=== Supplied entries ===
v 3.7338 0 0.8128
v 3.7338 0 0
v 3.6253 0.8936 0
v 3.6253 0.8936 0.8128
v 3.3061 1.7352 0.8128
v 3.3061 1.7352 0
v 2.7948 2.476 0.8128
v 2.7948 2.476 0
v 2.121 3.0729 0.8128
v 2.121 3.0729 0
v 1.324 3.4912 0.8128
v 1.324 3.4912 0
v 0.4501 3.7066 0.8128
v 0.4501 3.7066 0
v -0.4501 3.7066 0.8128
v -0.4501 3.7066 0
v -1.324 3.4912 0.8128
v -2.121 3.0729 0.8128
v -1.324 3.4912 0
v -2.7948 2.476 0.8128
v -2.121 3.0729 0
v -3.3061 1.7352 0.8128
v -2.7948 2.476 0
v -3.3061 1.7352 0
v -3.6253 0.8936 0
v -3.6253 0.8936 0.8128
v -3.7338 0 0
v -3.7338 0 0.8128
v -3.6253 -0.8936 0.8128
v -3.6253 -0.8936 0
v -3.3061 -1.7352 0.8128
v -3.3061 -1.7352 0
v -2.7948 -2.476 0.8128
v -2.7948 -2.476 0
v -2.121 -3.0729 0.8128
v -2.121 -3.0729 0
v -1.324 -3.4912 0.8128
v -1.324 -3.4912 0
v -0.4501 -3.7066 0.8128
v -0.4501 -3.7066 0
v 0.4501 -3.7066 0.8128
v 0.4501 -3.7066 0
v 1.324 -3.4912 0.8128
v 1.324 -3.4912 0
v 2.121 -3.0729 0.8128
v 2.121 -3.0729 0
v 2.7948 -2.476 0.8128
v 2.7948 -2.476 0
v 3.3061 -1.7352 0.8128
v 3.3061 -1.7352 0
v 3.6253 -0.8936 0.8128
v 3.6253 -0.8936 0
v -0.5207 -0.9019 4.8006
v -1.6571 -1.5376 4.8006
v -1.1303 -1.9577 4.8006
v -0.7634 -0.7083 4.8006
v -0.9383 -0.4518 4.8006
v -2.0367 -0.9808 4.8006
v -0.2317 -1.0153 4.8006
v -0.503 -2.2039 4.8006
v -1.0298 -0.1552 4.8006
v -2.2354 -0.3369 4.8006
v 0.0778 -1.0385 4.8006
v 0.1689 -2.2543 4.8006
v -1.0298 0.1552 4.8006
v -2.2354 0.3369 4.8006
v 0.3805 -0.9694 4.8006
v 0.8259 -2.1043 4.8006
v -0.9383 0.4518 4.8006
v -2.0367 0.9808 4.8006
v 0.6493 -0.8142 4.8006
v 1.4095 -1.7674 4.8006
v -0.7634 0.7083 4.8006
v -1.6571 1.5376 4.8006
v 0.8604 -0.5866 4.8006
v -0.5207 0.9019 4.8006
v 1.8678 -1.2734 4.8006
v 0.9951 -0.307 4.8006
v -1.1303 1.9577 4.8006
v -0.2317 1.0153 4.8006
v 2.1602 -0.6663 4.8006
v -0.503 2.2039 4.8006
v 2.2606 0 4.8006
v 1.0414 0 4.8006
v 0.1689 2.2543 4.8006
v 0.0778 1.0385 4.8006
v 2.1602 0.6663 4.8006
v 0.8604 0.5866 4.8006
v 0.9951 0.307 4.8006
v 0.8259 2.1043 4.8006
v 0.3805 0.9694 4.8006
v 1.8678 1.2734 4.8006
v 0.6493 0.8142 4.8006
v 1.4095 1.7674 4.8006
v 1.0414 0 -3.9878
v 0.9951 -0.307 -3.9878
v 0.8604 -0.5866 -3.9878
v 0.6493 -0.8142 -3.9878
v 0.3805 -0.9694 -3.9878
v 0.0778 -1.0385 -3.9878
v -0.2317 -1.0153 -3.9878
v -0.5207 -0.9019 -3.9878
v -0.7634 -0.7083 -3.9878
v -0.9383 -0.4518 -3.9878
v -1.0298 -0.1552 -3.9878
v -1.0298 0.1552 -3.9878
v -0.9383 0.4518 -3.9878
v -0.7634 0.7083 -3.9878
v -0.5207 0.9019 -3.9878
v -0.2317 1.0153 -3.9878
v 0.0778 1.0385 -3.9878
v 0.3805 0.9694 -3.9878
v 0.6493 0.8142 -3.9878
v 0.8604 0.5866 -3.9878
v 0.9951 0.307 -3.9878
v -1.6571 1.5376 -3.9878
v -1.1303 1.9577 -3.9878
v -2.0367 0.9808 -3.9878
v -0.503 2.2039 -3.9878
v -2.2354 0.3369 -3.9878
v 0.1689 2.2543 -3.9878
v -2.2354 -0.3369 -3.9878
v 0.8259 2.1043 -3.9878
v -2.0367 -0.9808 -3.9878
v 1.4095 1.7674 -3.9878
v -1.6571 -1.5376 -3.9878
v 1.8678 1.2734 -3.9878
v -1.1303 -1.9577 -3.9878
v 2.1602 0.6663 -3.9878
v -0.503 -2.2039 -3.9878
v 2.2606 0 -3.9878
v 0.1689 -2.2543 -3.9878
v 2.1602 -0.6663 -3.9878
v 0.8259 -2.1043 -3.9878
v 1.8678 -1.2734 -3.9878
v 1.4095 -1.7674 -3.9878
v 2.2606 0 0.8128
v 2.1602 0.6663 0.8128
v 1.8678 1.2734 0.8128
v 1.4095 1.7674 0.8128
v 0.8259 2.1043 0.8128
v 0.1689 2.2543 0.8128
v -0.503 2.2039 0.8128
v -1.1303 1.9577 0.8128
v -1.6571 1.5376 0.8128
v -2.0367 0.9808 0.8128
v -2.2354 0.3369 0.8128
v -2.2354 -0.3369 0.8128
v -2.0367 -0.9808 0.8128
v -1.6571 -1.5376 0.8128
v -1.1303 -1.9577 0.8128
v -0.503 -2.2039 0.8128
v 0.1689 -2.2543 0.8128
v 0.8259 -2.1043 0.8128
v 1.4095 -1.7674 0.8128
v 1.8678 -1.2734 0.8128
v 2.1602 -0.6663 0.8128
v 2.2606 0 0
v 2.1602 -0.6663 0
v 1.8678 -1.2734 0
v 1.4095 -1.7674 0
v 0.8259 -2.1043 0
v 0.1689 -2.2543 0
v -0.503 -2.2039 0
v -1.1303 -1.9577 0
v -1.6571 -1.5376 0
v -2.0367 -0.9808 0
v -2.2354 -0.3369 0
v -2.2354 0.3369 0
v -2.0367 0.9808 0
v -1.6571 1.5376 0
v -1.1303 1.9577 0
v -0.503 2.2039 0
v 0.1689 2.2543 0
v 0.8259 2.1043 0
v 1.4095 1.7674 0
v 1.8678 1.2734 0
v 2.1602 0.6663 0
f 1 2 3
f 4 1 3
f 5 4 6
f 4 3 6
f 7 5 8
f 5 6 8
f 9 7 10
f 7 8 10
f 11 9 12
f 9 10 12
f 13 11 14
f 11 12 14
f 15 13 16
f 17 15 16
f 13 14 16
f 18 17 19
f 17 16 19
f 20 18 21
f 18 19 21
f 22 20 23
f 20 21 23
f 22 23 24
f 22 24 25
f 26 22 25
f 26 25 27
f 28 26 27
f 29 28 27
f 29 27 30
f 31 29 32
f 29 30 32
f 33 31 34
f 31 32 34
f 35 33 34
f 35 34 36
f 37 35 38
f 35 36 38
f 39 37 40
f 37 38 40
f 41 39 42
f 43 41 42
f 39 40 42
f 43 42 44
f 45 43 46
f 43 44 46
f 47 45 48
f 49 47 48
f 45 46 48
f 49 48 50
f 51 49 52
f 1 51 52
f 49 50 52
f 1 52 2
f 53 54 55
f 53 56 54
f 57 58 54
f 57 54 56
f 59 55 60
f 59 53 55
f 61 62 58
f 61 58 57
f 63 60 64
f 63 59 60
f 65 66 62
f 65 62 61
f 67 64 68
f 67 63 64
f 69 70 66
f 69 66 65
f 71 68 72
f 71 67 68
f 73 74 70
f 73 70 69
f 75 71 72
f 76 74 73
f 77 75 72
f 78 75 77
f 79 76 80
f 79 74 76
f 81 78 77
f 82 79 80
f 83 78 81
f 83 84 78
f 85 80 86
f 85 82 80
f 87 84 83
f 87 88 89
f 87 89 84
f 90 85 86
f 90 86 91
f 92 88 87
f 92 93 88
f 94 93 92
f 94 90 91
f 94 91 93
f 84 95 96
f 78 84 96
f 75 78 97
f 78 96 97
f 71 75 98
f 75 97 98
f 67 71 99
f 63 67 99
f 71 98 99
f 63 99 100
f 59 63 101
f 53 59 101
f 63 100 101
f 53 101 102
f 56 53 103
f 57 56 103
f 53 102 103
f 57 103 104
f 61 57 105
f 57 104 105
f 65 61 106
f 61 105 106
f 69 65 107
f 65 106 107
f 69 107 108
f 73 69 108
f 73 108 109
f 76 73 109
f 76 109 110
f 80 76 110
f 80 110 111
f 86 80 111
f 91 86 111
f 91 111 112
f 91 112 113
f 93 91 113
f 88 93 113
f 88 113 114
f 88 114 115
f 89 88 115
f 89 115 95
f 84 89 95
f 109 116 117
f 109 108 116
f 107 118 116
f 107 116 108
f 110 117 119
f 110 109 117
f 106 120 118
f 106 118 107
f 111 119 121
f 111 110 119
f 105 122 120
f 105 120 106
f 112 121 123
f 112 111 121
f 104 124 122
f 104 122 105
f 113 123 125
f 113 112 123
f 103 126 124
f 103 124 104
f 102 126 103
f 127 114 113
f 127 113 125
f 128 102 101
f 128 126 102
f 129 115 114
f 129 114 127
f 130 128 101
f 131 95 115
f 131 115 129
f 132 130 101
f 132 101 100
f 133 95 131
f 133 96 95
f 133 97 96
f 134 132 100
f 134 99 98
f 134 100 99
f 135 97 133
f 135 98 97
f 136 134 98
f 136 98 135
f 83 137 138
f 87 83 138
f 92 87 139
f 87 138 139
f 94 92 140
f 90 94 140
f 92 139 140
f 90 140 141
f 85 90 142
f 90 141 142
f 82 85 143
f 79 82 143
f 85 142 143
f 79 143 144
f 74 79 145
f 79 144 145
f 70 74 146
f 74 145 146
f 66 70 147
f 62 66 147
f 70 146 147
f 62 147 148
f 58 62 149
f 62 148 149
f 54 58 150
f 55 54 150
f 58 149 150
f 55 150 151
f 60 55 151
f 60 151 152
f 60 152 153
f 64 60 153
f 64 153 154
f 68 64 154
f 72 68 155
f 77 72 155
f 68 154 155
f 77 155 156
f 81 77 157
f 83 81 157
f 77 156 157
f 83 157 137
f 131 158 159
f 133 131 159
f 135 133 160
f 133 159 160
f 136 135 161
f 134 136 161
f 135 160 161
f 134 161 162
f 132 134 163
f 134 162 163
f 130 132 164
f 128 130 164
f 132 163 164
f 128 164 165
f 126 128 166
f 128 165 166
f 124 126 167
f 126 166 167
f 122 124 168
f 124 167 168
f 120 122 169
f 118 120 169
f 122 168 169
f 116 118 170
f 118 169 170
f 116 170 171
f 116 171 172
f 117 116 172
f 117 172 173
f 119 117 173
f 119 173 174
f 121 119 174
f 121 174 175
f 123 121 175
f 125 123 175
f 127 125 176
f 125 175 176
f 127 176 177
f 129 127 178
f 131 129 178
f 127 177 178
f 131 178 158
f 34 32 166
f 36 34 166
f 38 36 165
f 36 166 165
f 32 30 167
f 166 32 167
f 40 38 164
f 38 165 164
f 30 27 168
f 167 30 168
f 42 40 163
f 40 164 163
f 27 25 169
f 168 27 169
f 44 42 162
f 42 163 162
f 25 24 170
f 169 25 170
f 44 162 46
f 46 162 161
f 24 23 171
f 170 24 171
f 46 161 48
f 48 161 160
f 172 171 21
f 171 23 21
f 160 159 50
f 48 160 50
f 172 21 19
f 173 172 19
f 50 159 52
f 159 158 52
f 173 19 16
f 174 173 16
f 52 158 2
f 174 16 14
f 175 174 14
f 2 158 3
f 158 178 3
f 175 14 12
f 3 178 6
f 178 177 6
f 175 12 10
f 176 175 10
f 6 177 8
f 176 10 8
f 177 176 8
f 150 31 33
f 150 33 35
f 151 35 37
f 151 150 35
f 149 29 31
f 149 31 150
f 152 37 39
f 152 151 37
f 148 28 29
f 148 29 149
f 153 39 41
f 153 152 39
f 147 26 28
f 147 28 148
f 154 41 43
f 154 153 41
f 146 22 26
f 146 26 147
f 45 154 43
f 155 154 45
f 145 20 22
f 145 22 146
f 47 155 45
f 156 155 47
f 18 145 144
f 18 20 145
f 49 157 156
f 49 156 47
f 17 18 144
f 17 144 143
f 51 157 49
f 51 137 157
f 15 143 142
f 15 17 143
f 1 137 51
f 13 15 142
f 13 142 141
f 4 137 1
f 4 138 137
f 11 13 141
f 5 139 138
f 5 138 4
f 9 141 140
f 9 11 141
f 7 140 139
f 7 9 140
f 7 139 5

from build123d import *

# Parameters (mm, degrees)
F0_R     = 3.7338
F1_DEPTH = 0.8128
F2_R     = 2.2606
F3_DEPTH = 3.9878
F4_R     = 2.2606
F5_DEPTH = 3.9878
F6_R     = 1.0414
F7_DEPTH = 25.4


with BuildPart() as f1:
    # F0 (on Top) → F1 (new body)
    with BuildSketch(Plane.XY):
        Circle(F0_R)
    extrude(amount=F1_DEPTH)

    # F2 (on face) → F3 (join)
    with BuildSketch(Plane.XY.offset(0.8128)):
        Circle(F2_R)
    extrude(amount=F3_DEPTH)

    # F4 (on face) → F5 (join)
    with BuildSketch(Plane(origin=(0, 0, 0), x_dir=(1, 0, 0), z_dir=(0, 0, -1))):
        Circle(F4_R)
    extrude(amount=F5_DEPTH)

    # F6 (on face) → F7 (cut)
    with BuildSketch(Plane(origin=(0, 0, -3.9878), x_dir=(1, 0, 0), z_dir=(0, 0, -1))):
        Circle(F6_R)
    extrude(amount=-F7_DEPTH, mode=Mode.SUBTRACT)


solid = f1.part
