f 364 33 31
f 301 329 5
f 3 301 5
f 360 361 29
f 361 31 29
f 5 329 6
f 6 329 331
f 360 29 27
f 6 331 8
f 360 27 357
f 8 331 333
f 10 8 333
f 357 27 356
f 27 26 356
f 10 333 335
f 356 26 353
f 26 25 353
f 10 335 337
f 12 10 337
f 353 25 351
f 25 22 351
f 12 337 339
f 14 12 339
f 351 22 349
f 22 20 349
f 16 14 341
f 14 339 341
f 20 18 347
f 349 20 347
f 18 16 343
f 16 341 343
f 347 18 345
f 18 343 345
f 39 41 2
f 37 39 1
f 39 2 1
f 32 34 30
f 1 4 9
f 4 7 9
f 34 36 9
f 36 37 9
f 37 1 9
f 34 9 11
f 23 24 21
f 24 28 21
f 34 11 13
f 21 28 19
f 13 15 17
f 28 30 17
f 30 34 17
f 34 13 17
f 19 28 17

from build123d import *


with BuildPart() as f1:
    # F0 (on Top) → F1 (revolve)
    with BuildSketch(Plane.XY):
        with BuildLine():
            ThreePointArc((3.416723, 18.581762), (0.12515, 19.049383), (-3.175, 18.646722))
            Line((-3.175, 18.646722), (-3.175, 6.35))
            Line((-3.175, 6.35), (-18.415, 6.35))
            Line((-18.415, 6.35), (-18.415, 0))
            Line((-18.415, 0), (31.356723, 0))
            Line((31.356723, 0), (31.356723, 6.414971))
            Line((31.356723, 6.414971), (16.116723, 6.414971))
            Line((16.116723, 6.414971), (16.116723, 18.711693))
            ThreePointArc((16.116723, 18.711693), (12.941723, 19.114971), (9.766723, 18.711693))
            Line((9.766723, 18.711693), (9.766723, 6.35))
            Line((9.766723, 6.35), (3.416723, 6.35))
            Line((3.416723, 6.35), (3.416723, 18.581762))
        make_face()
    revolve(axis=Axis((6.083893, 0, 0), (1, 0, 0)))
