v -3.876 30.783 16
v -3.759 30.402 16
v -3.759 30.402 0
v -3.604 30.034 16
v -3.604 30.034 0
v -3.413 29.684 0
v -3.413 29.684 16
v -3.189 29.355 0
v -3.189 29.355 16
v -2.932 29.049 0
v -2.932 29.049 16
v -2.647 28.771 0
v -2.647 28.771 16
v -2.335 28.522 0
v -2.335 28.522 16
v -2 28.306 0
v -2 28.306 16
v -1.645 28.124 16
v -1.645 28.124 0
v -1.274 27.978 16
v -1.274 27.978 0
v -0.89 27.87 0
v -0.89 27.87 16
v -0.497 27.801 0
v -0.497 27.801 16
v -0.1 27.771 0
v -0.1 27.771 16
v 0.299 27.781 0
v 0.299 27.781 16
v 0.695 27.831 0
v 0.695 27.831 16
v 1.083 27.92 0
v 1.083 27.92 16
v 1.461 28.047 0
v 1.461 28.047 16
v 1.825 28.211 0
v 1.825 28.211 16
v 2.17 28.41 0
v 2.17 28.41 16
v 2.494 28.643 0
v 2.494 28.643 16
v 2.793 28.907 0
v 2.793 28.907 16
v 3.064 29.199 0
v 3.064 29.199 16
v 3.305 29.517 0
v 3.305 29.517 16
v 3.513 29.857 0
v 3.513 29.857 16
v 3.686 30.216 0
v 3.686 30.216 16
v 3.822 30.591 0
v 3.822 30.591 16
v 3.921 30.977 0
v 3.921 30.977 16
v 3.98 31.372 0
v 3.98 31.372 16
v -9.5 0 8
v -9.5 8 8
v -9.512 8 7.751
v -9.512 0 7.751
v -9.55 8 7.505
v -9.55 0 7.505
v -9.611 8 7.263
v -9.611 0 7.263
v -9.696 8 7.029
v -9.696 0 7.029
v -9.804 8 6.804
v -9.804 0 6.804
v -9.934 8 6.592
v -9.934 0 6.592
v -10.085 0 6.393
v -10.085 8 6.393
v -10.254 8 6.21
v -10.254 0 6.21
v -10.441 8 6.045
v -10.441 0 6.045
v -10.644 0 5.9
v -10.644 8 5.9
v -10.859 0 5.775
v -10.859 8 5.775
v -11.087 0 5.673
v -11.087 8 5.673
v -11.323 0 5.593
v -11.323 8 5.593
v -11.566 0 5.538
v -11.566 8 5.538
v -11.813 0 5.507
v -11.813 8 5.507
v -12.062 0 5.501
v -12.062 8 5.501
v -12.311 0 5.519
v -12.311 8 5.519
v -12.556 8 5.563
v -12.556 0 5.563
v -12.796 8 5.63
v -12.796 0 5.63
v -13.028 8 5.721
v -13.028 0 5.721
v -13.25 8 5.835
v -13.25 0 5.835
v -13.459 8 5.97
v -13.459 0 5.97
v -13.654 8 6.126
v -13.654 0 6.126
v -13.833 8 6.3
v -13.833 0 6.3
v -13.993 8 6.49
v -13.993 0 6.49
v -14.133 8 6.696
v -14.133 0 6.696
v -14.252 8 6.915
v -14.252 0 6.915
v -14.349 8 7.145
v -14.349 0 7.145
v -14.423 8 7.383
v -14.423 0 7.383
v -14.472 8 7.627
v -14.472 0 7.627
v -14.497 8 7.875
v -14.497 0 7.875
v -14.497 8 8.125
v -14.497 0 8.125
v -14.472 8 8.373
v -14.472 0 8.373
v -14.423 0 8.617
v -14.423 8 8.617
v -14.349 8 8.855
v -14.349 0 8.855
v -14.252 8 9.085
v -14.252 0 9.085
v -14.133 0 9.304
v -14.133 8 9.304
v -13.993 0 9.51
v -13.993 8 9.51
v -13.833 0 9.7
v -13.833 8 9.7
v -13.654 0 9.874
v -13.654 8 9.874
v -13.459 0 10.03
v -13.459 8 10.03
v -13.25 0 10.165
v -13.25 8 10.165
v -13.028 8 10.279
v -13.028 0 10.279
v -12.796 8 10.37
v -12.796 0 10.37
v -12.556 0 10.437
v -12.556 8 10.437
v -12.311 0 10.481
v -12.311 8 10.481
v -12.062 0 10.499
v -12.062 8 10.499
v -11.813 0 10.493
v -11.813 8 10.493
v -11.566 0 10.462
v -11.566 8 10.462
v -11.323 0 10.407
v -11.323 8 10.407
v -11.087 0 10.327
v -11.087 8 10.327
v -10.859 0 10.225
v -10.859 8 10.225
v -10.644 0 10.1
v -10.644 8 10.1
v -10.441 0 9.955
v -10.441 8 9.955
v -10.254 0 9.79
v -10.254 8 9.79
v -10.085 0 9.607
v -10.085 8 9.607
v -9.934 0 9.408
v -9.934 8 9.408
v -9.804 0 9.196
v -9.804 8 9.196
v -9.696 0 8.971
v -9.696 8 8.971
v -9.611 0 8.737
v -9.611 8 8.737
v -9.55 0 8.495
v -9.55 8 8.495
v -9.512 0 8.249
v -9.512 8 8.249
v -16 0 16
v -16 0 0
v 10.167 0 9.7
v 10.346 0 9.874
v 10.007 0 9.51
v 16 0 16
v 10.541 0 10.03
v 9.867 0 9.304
===
# Task directions
Retype only this range exactly: the first line of the data through the line where "v 0.9951 -0.307 -3.9878" appears.

# Output of the task
v 3.7338 0 0.8128
v 3.7338 0 0
v 3.6253 0.8936 0
v 3.6253 0.8936 0.8128
v 3.3061 1.7352 0.8128
v 3.3061 1.7352 0
v 2.7948 2.476 0.8128
v 2.7948 2.476 0
v 2.121 3.0729 0.8128
v 2.121 3.0729 0
v 1.324 3.4912 0.8128
v 1.324 3.4912 0
v 0.4501 3.7066 0.8128
v 0.4501 3.7066 0
v -0.4501 3.7066 0.8128
v -0.4501 3.7066 0
v -1.324 3.4912 0.8128
v -2.121 3.0729 0.8128
v -1.324 3.4912 0
v -2.7948 2.476 0.8128
v -2.121 3.0729 0
v -3.3061 1.7352 0.8128
v -2.7948 2.476 0
v -3.3061 1.7352 0
v -3.6253 0.8936 0
v -3.6253 0.8936 0.8128
v -3.7338 0 0
v -3.7338 0 0.8128
v -3.6253 -0.8936 0.8128
v -3.6253 -0.8936 0
v -3.3061 -1.7352 0.8128
v -3.3061 -1.7352 0
v -2.7948 -2.476 0.8128
v -2.7948 -2.476 0
v -2.121 -3.0729 0.8128
v -2.121 -3.0729 0
v -1.324 -3.4912 0.8128
v -1.324 -3.4912 0
v -0.4501 -3.7066 0.8128
v -0.4501 -3.7066 0
v 0.4501 -3.7066 0.8128
v 0.4501 -3.7066 0
v 1.324 -3.4912 0.8128
v 1.324 -3.4912 0
v 2.121 -3.0729 0.8128
v 2.121 -3.0729 0
v 2.7948 -2.476 0.8128
v 2.7948 -2.476 0
v 3.3061 -1.7352 0.8128
v 3.3061 -1.7352 0
v 3.6253 -0.8936 0.8128
v 3.6253 -0.8936 0
v -0.5207 -0.9019 4.8006
v -1.6571 -1.5376 4.8006
v -1.1303 -1.9577 4.8006
v -0.7634 -0.7083 4.8006
v -0.9383 -0.4518 4.8006
v -2.0367 -0.9808 4.8006
v -0.2317 -1.0153 4.8006
v -0.503 -2.2039 4.8006
v -1.0298 -0.1552 4.8006
v -2.2354 -0.3369 4.8006
v 0.0778 -1.0385 4.8006
v 0.1689 -2.2543 4.8006
v -1.0298 0.1552 4.8006
v -2.2354 0.3369 4.8006
v 0.3805 -0.9694 4.8006
v 0.8259 -2.1043 4.8006
v -0.9383 0.4518 4.8006
v -2.0367 0.9808 4.8006
v 0.6493 -0.8142 4.8006
v 1.4095 -1.7674 4.8006
v -0.7634 0.7083 4.8006
v -1.6571 1.5376 4.8006
v 0.8604 -0.5866 4.8006
v -0.5207 0.9019 4.8006
v 1.8678 -1.2734 4.8006
v 0.9951 -0.307 4.8006
v -1.1303 1.9577 4.8006
v -0.2317 1.0153 4.8006
v 2.1602 -0.6663 4.8006
v -0.503 2.2039 4.8006
v 2.2606 0 4.8006
v 1.0414 0 4.8006
v 0.1689 2.2543 4.8006
v 0.0778 1.0385 4.8006
v 2.1602 0.6663 4.8006
v 0.8604 0.5866 4.8006
v 0.9951 0.307 4.8006
v 0.8259 2.1043 4.8006
v 0.3805 0.9694 4.8006
v 1.8678 1.2734 4.8006
v 0.6493 0.8142 4.8006
v 1.4095 1.7674 4.8006
v 1.0414 0 -3.9878
v 0.9951 -0.307 -3.9878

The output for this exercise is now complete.